1. This photo shows the sleeve "straps", bodice, and striped panties are complete. The next step is to pick up the stitches to make the full skating skirt.

2. Top straps are completed, bodice complete to the waist, this photo shows the needle slipped through the "purl bumps" to pick up stitches (after the panties are made). The piece is folded with the bodice facing you (panties folded in back) so you can see the "loops" made by the purl bumps.
3. Close-up of ice skate - blade attached to bottom of boot.
(one end of paper clip slipped into bottom of knitted boot, and 
tied with a tight knot around the blade and under the boot).
4. Skates "in action".
5. Completed skating costume, with full skirt attached.
6. Skating costume showing the striped panties.

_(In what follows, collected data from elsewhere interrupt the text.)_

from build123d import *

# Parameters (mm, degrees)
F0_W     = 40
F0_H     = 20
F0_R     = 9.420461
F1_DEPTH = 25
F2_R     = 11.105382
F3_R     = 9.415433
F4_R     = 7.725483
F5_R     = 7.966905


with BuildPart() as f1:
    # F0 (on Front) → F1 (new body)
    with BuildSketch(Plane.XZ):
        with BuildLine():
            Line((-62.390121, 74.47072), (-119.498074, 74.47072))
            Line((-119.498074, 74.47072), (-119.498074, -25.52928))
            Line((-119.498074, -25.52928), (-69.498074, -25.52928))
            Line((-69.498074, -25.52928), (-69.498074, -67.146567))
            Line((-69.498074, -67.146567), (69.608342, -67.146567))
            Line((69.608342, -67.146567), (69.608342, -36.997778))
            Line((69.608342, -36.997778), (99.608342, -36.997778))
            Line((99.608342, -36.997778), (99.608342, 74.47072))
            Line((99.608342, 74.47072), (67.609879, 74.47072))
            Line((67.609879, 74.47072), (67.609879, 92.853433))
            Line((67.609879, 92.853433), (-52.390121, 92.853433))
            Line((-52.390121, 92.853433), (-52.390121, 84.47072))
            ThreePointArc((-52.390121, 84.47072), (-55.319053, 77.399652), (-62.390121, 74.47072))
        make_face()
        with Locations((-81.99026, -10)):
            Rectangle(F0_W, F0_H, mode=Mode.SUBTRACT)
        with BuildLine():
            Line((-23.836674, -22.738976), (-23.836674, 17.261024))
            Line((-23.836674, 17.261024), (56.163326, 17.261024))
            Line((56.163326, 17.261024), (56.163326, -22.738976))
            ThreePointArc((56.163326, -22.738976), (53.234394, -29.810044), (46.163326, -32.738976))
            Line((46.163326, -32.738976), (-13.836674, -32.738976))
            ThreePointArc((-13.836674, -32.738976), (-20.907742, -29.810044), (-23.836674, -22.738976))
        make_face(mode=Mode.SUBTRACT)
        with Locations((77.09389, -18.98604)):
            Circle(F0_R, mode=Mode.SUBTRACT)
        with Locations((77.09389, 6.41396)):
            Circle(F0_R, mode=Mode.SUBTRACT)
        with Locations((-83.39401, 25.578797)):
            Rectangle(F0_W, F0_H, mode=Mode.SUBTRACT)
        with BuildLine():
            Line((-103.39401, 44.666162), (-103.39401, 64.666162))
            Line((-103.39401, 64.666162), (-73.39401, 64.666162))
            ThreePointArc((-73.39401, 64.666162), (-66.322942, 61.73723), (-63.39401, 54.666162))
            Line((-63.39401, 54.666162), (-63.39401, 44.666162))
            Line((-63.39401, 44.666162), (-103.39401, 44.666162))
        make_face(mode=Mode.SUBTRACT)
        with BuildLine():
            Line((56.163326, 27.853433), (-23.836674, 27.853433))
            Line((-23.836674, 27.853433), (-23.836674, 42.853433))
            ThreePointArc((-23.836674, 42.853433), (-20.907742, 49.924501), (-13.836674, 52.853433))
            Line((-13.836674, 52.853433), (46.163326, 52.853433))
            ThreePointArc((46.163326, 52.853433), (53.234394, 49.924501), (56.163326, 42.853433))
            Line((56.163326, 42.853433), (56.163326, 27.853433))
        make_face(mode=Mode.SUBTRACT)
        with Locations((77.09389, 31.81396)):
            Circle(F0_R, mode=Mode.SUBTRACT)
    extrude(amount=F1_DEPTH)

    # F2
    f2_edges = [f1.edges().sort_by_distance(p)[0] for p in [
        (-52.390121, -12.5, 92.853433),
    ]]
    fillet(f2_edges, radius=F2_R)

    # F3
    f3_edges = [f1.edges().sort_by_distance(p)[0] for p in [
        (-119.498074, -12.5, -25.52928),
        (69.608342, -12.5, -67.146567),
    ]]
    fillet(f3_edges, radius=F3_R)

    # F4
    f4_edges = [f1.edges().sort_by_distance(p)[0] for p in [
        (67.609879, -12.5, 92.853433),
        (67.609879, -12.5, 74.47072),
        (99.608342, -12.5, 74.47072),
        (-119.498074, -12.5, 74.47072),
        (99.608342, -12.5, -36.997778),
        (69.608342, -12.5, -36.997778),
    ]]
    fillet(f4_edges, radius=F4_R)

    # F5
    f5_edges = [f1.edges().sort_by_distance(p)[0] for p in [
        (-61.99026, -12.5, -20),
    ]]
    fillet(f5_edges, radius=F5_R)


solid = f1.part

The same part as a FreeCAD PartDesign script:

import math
import FreeCAD as App
import Part
import Sketcher

V = App.Vector
Q = App.Units.Quantity


def edges_at(feature, points):
    """Names of the edges that pass closest to the given points."""
    edges = feature.Shape.Edges
    near = lambda p: min(range(len(edges)), key=lambda i: edges[i].distToShape(Part.Vertex(*p))[0])
    return sorted({f"Edge{near(p) + 1}" for p in points})


def add_polygon(sketch, points):
    """Adds a closed chain of lines whose ends are joined by coincident constraints."""
    first, n = sketch.GeometryCount, len(points)
    for a, b in zip(points, points[1:] + points[:1]):
        sketch.addGeometry(Part.LineSegment(App.Vector(*a, 0), App.Vector(*b, 0)), False)
    for i in range(n):
        sketch.addConstraint(Sketcher.Constraint("Coincident", first + i, 2, first + (i + 1) % n, 1))

doc = App.newDocument("Part")
body = doc.addObject("PartDesign::Body", "Body")

# Sketch on XZ plane
sketch1 = body.newObject("Sketcher::SketchObject", "Sketch")
sketch1.AttachmentSupport = (doc.getObject("XZ_Plane"), [""])
sketch1.MapMode = "FlatFace"
sketch1.addGeometry(Part.LineSegment(V(-62, 74, 0), V(-119, 74, 0)), False)  # 0
sketch1.addGeometry(Part.LineSegment(V(-119, 74, 0), V(-119, -26, 0)), False)  # 1
sketch1.addGeometry(Part.LineSegment(V(-119, -26, 0), V(-69, -26, 0)), False)  # 2
sketch1.addGeometry(Part.LineSegment(V(-69, -26, 0), V(-69, -67, 0)), False)  # 3
sketch1.addGeometry(Part.LineSegment(V(-69, -67, 0), V(70, -67, 0)), False)  # 4
sketch1.addGeometry(Part.LineSegment(V(70, -67, 0), V(70, -37, 0)), False)  # 5
sketch1.addGeometry(Part.LineSegment(V(70, -37, 0), V(100, -37, 0)), False)  # 6
sketch1.addGeometry(Part.LineSegment(V(100, -37, 0), V(100, 74, 0)), False)  # 7
sketch1.addGeometry(Part.LineSegment(V(100, 74, 0), V(68, 74, 0)), False)  # 8
sketch1.addGeometry(Part.LineSegment(V(68, 74, 0), V(68, 93, 0)), False)  # 9
sketch1.addGeometry(Part.LineSegment(V(68, 93, 0), V(-52, 93, 0)), False)  # 10
sketch1.addGeometry(Part.LineSegment(V(-52, 93, 0), V(-52, 84, 0)), False)  # 11
sketch1.addGeometry(Part.ArcOfCircle(Part.Circle(V(-62, 84, 0), V(0, 0, 1), 10), math.radians(-90), math.radians(0)), False)  # 12
add_polygon(sketch1, [(-62, -20), (-102, -20), (-102, 0), (-62, 0)])  # lines 13-16
sketch1.addGeometry(Part.Circle(V(77, -19, 0), V(0, 0, 1), 9), False)  # 17
sketch1.addGeometry(Part.ArcOfCircle(Part.Circle(V(-14, -23, 0), V(0, 0, 1), 10), math.radians(180), math.radians(270)), False)  # 18
sketch1.addGeometry(Part.LineSegment(V(-24, -23, 0), V(-24, 17, 0)), False)  # 19
sketch1.addGeometry(Part.LineSegment(V(-24, 17, 0), V(56, 17, 0)), False)  # 20
sketch1.addGeometry(Part.LineSegment(V(56, 17, 0), V(56, -23, 0)), False)  # 21
sketch1.addGeometry(Part.ArcOfCircle(Part.Circle(V(46, -23, 0), V(0, 0, 1), 10), math.radians(-90), math.radians(0)), False)  # 22
sketch1.addGeometry(Part.LineSegment(V(46, -33, 0), V(-14, -33, 0)), False)  # 23
sketch1.addGeometry(Part.Circle(V(77, 6, 0), V(0, 0, 1), 9), False)  # 24
add_polygon(sketch1, [(-63, 16), (-103, 16), (-103, 36), (-63, 36)])  # lines 25-28
sketch1.addGeometry(Part.LineSegment(V(-63, 45, 0), V(-103, 45, 0)), False)  # 29
sketch1.addGeometry(Part.LineSegment(V(-103, 45, 0), V(-103, 65, 0)), False)  # 30
sketch1.addGeometry(Part.LineSegment(V(-103, 65, 0), V(-73, 65, 0)), False)  # 31
sketch1.addGeometry(Part.ArcOfCircle(Part.Circle(V(-73, 55, 0), V(0, 0, 1), 10), math.radians(0), math.radians(90)), False)  # 32
sketch1.addGeometry(Part.LineSegment(V(-63, 55, 0), V(-63, 45, 0)), False)  # 33
sketch1.addGeometry(Part.Circle(V(77, 32, 0), V(0, 0, 1), 9), False)  # 34
sketch1.addGeometry(Part.LineSegment(V(56, 43, 0), V(56, 28, 0)), False)  # 35
sketch1.addGeometry(Part.LineSegment(V(56, 28, 0), V(-24, 28, 0)), False)  # 36
sketch1.addGeometry(Part.LineSegment(V(-24, 28, 0), V(-24, 43, 0)), False)  # 37
sketch1.addGeometry(Part.ArcOfCircle(Part.Circle(V(-14, 43, 0), V(0, 0, 1), 10), math.radians(90), math.radians(180)), False)  # 38
sketch1.addGeometry(Part.LineSegment(V(-14, 53, 0), V(46, 53, 0)), False)  # 39
sketch1.addGeometry(Part.ArcOfCircle(Part.Circle(V(46, 43, 0), V(0, 0, 1), 10), math.radians(0), math.radians(90)), False)  # 40
sketch1.addConstraint(Sketcher.Constraint("Coincident", 0, 2, 1, 1))
sketch1.addConstraint(Sketcher.Constraint("Coincident", 1, 2, 2, 1))
sketch1.addConstraint(Sketcher.Constraint("Coincident", 2, 2, 3, 1))
sketch1.addConstraint(Sketcher.Constraint("Coincident", 3, 2, 4, 1))
sketch1.addConstraint(Sketcher.Constraint("Coincident", 4, 2, 5, 1))
sketch1.addConstraint(Sketcher.Constraint("Coincident", 5, 2, 6, 1))
sketch1.addConstraint(Sketcher.Constraint("Coincident", 6, 2, 7, 1))
sketch1.addConstraint(Sketcher.Constraint("Coincident", 7, 2, 8, 1))
sketch1.addConstraint(Sketcher.Constraint("Coincident", 8, 2, 9, 1))
sketch1.addConstraint(Sketcher.Constraint("Coincident", 9, 2, 10, 1))
sketch1.addConstraint(Sketcher.Constraint("Coincident", 10, 2, 11, 1))
sketch1.addConstraint(Sketcher.Constraint("Tangent", 11, 2, 12, 2))
sketch1.addConstraint(Sketcher.Constraint("Tangent", 12, 1, 0, 1))
sketch1.addConstraint(Sketcher.Constraint("Tangent", 18, 1, 19, 1))
sketch1.addConstraint(Sketcher.Constraint("Coincident", 19, 2, 20, 1))
sketch1.addConstraint(Sketcher.Constraint("Coincident", 20, 2, 21, 1))
sketch1.addConstraint(Sketcher.Constraint("Tangent", 21, 2, 22, 2))
sketch1.addConstraint(Sketcher.Constraint("Tangent", 22, 1, 23, 1))
sketch1.addConstraint(Sketcher.Constraint("Tangent", 23, 2, 18, 2))
sketch1.addConstraint(Sketcher.Constraint("Coincident", 29, 2, 30, 1))
sketch1.addConstraint(Sketcher.Constraint("Coincident", 30, 2, 31, 1))
sketch1.addConstraint(Sketcher.Constraint("Tangent", 31, 2, 32, 2))
sketch1.addConstraint(Sketcher.Constraint("Tangent", 32, 1, 33, 1))
sketch1.addConstraint(Sketcher.Constraint("Coincident", 33, 2, 29, 1))
sketch1.addConstraint(Sketcher.Constraint("Coincident", 35, 2, 36, 1))
sketch1.addConstraint(Sketcher.Constraint("Coincident", 36, 2, 37, 1))
sketch1.addConstraint(Sketcher.Constraint("Tangent", 37, 2, 38, 2))
sketch1.addConstraint(Sketcher.Constraint("Tangent", 38, 1, 39, 1))
sketch1.addConstraint(Sketcher.Constraint("Tangent", 39, 2, 40, 2))
sketch1.addConstraint(Sketcher.Constraint("Tangent", 40, 1, 35, 1))
sketch1.addConstraint(Sketcher.Constraint("Horizontal", 0))
sketch1.addConstraint(Sketcher.Constraint("Vertical", 1))
sketch1.addConstraint(Sketcher.Constraint("Horizontal", 2))
sketch1.addConstraint(Sketcher.Constraint("Vertical", 3))
sketch1.addConstraint(Sketcher.Constraint("Horizontal", 4))
sketch1.addConstraint(Sketcher.Constraint("Vertical", 5))
sketch1.addConstraint(Sketcher.Constraint("Horizontal", 6))
sketch1.addConstraint(Sketcher.Constraint("Vertical", 7))
sketch1.addConstraint(Sketcher.Constraint("Horizontal", 8))
sketch1.addConstraint(Sketcher.Constraint("Vertical", 9))
sketch1.addConstraint(Sketcher.Constraint("Horizontal", 10))
sketch1.addConstraint(Sketcher.Constraint("Vertical", 11))
sketch1.addConstraint(Sketcher.Constraint("Horizontal", 13))
sketch1.addConstraint(Sketcher.Constraint("Vertical", 14))
sketch1.addConstraint(Sketcher.Constraint("Horizontal", 15))
sketch1.addConstraint(Sketcher.Constraint("Vertical", 16))
sketch1.addConstraint(Sketcher.Constraint("Vertical", 19))
sketch1.addConstraint(Sketcher.Constraint("Horizontal", 20))
sketch1.addConstraint(Sketcher.Constraint("Vertical", 21))
sketch1.addConstraint(Sketcher.Constraint("Horizontal", 23))
sketch1.addConstraint(Sketcher.Constraint("Horizontal", 25))
sketch1.addConstraint(Sketcher.Constraint("Vertical", 26))
sketch1.addConstraint(Sketcher.Constraint("Horizontal", 27))
sketch1.addConstraint(Sketcher.Constraint("Vertical", 28))
sketch1.addConstraint(Sketcher.Constraint("Horizontal", 29))
sketch1.addConstraint(Sketcher.Constraint("Vertical", 30))
sketch1.addConstraint(Sketcher.Constraint("Horizontal", 31))
sketch1.addConstraint(Sketcher.Constraint("Vertical", 33))
sketch1.addConstraint(Sketcher.Constraint("Vertical", 35))
sketch1.addConstraint(Sketcher.Constraint("Horizontal", 36))
sketch1.addConstraint(Sketcher.Constraint("Vertical", 37))
sketch1.addConstraint(Sketcher.Constraint("Horizontal", 39))
sketch1.addConstraint(Sketcher.Constraint("Equal", 12, 18))
sketch1.addConstraint(Sketcher.Constraint("Equal", 18, 22))
sketch1.addConstraint(Sketcher.Constraint("Equal", 17, 24))
sketch1.addConstraint(Sketcher.Constraint("Equal", 22, 32))
sketch1.addConstraint(Sketcher.Constraint("Equal", 24, 34))
sketch1.addConstraint(Sketcher.Constraint("Equal", 32, 38))
sketch1.addConstraint(Sketcher.Constraint("Equal", 38, 40))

NOTE: The metal paper clips will fold over on their sides if you attempt to make the doll stand on the skates. If you have a metal or wooden doll stand, place her about an inch off the floor and pose her legs for "skating", without touching the ground.


----------



## diziescott (Mar 25, 2011)

What a helpful tutorial. And, of course, a lovely pattern! Your details are beautiful. You are so creative, talented and generous. KP is lucky to have you!


----------



## Diane D (Apr 7, 2012)

Agree with diziescott!!!!


----------



## sonya (Feb 16, 2012)

great tutorial and thank you, this is so beautiful


----------



## hgayle (Aug 22, 2011)

Thanks again for all your beautiful patterns.


----------



## tikeur (May 19, 2012)

Beautiful patterns.
Thank you
Danielle


----------



## Nanny Mon (May 24, 2011)

All your outfits are just marvellous and very beautiful.

I have to ask though ... what do you do with them, you must have hundreds of them.


----------



## barb1957 (Feb 17, 2011)

Thanks for all your wonderful patterns. If and when my nieces get married and have kids I'lll be ready.


----------



## mgt44 (Jun 28, 2011)

so far I have knitted two of these. Your instructions are easy to follow, and this is a joy to knit.


----------



## Desert Knitter (Mar 4, 2012)

Another wonderful pattern. Will you be doing a cheerleader's outfit?


----------



## rita j (Mar 27, 2011)

Oh Elaine, Your designs seem to get better & better if that is even possible!!! You are the greatest & for sharing with us. Still think you need to compile a book & I would be 1st in line to buy one. After I finish my GD knitted hat I will be doing Christmas presents AG & Barbie patterns for her.


----------



## dandylion (May 31, 2011)

This is just too cute for words! I want to make it! Hope I remember where it is when I need it!  
Thanks so much!


----------



## edna-rose (Apr 22, 2012)

I agree with all previous opinions! Love the how-to pictures included. Such a wonderful help. Thank you!


----------



## abrown27 (Apr 27, 2011)

All your patterns are wonderful. Thanks again


----------



## Ladyfingers (Jan 26, 2011)

You can bookmark the pattern you want to look for at a later date, or you can download it immediately - if you have a printer.


----------



## dandylion (May 31, 2011)

Oh, I just noticed that there is no pattern here. where can I find it to bookmark it, please? Or am I wrong? I guess I'm confused  sorry.


----------



## Ladyfingers (Jan 26, 2011)

Go to the top of the page, middle section, click on "Search" then type "Ladyfingers" and click on the Search button. A long list will open.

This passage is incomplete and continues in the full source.